In this study, the EMHD rotational and unsteady fluid flow through an infinitely long permeable Riga plate with thermal radiation has been investigated by employing explicit FDM. The only responsible wiellding force for the flow is the body force that is generated by the electromagnetic actuator. The presented flow model is being subjugated by uniform suction, thermal radiation with the system rotation. The transition of the nature of the flow from the state of unsteadiness to the state of the complete steady-state has been gained for the velocities (primary and secondary) in a smooth swift-moving way (see Figs. 6 and 7) while for the temperature it is as fast as instant (see Fig. 8). The converging ranges for the numerical solutions are \(P_{r} \ge 0.19,\,\)\(R_{d} \ge 0.1,\,\,\) \(S \ge 1,\) \(E_{c} = 0.01\,\,\) and \(0 < R \le 0.1\). On the basis of the results and discussions, some salient observations are stated below:

  1. 1.

    The fastest steady-state is gained by the temperature distribution among all the profiles. All the profiles have reached steady-state within \(\tau = 2.00\).

  2. 2.

    Converging solutions occur for the relevant restrictions as, \(P_{r} \ge 0.19,\,\)\(R_{d} \ge 0.1,\,\,\) \(S \ge 1,\) \(E_{c} = 0.01\,\,\) and \(0 < R \le 0.1\).

  3. 3.

    The increasing value of \(\left( Z \right)\) and \(\left( R \right)\) both cause an increment in primary velocity while local primary shear stress slowly increases. Also, the reason for the reduction of the primary velocity is \(\left( S \right)\) but local primary shear stress shows uplifting nature.

  4. 4.

    Enhancement in the secondary velocity and a slow rise in the local secondary shear stress have been marked whilst the estimations of \(\left( Z \right)\) rises there out both of them show a decreasing effect for the enhancement of \(\left( R \right)\).
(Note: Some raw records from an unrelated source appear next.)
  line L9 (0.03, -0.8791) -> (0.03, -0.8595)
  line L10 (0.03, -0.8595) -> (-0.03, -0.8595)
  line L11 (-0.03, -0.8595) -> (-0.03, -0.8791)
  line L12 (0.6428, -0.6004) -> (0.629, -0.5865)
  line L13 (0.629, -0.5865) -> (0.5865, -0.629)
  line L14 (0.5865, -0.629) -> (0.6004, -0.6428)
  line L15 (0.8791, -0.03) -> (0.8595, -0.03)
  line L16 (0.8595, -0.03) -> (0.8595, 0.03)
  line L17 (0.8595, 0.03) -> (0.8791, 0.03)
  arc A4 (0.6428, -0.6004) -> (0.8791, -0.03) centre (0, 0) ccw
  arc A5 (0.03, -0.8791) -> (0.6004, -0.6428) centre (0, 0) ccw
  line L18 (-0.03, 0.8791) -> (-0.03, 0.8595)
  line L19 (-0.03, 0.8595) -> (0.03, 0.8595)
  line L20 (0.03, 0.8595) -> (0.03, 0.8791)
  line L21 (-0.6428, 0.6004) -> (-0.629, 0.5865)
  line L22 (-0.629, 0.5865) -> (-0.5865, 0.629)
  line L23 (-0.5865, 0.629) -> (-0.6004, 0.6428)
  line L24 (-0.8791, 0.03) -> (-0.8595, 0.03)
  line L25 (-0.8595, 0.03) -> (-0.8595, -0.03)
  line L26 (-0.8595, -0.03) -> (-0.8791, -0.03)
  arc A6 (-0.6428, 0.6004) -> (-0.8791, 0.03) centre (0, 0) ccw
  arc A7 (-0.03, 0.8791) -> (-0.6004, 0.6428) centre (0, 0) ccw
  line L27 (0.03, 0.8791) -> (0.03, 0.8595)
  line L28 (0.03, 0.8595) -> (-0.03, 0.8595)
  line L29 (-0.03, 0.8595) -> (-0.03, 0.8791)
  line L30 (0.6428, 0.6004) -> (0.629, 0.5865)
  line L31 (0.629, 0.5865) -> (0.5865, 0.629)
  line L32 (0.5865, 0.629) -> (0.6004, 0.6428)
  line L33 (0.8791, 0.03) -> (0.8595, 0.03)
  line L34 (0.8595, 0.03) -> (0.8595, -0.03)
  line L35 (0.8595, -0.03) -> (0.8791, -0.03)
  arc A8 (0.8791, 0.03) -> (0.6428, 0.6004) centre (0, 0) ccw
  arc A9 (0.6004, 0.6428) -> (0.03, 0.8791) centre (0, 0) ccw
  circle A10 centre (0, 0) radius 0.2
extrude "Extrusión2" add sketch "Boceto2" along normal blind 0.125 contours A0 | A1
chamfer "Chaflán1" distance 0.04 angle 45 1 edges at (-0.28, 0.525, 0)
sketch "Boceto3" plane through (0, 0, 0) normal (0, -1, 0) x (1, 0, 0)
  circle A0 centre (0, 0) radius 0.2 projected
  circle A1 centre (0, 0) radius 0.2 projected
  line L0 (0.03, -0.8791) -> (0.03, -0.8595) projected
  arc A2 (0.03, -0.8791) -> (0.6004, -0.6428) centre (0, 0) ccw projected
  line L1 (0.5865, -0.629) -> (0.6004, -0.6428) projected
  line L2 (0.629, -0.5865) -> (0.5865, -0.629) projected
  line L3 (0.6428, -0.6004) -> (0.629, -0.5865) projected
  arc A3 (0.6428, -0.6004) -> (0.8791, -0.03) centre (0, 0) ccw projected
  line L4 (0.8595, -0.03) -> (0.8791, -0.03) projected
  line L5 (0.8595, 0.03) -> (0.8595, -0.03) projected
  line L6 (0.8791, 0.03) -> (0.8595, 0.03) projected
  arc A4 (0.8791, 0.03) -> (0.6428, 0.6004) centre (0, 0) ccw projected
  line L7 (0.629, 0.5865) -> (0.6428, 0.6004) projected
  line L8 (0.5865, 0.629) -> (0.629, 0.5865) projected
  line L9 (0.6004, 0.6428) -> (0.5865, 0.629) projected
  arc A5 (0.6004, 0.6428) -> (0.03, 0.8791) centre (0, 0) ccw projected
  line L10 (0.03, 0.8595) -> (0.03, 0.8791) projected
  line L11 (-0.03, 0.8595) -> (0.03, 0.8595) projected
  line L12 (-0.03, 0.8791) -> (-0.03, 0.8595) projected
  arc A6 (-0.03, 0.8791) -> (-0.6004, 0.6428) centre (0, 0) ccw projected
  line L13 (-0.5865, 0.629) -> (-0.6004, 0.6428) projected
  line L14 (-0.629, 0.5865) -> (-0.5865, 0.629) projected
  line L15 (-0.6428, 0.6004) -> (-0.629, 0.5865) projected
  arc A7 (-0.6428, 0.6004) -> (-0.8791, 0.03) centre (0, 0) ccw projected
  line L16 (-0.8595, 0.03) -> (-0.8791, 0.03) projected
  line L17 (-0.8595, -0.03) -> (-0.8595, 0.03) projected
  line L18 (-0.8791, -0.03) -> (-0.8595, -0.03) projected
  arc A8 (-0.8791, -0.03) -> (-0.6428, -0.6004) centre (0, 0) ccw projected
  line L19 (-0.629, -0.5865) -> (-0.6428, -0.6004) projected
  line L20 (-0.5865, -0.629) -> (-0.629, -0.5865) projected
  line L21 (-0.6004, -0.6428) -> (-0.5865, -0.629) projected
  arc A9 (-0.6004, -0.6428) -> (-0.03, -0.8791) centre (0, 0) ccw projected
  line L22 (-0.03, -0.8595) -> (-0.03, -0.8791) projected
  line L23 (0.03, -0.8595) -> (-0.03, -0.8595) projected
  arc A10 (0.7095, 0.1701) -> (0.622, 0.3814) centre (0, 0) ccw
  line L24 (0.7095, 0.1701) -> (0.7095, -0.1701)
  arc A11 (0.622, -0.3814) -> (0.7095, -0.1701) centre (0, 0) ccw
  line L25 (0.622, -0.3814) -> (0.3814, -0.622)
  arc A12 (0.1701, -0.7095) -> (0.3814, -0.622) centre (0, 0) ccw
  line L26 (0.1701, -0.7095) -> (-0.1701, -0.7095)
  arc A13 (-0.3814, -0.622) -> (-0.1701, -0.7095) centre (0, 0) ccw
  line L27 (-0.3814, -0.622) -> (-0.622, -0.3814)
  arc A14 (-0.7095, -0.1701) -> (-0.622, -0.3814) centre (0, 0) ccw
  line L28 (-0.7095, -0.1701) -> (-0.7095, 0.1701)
Moreover, the secondary velocity falls for the enhancement of \(\left( S \right)\) while the local secondary shear stress rises.

  5. 5.

    The temperature profile boosts up with the increment of \(\left( Z \right)\) whilst reduces with the enhancement of both the \(\left( R \right)\) and \(\left( S \right)\).

  6. 6.

    The local Nusselt number reduces for the rise of \(\left( Z \right)\) while rises with the increment of \(\left( R \right)\) and \(\left( S \right)\) both.

The future direction of this research is to the possible analysis of the EMHD flow of rotating fluid through the inclined Riga plate with the incorporation of a non-uniform heat source.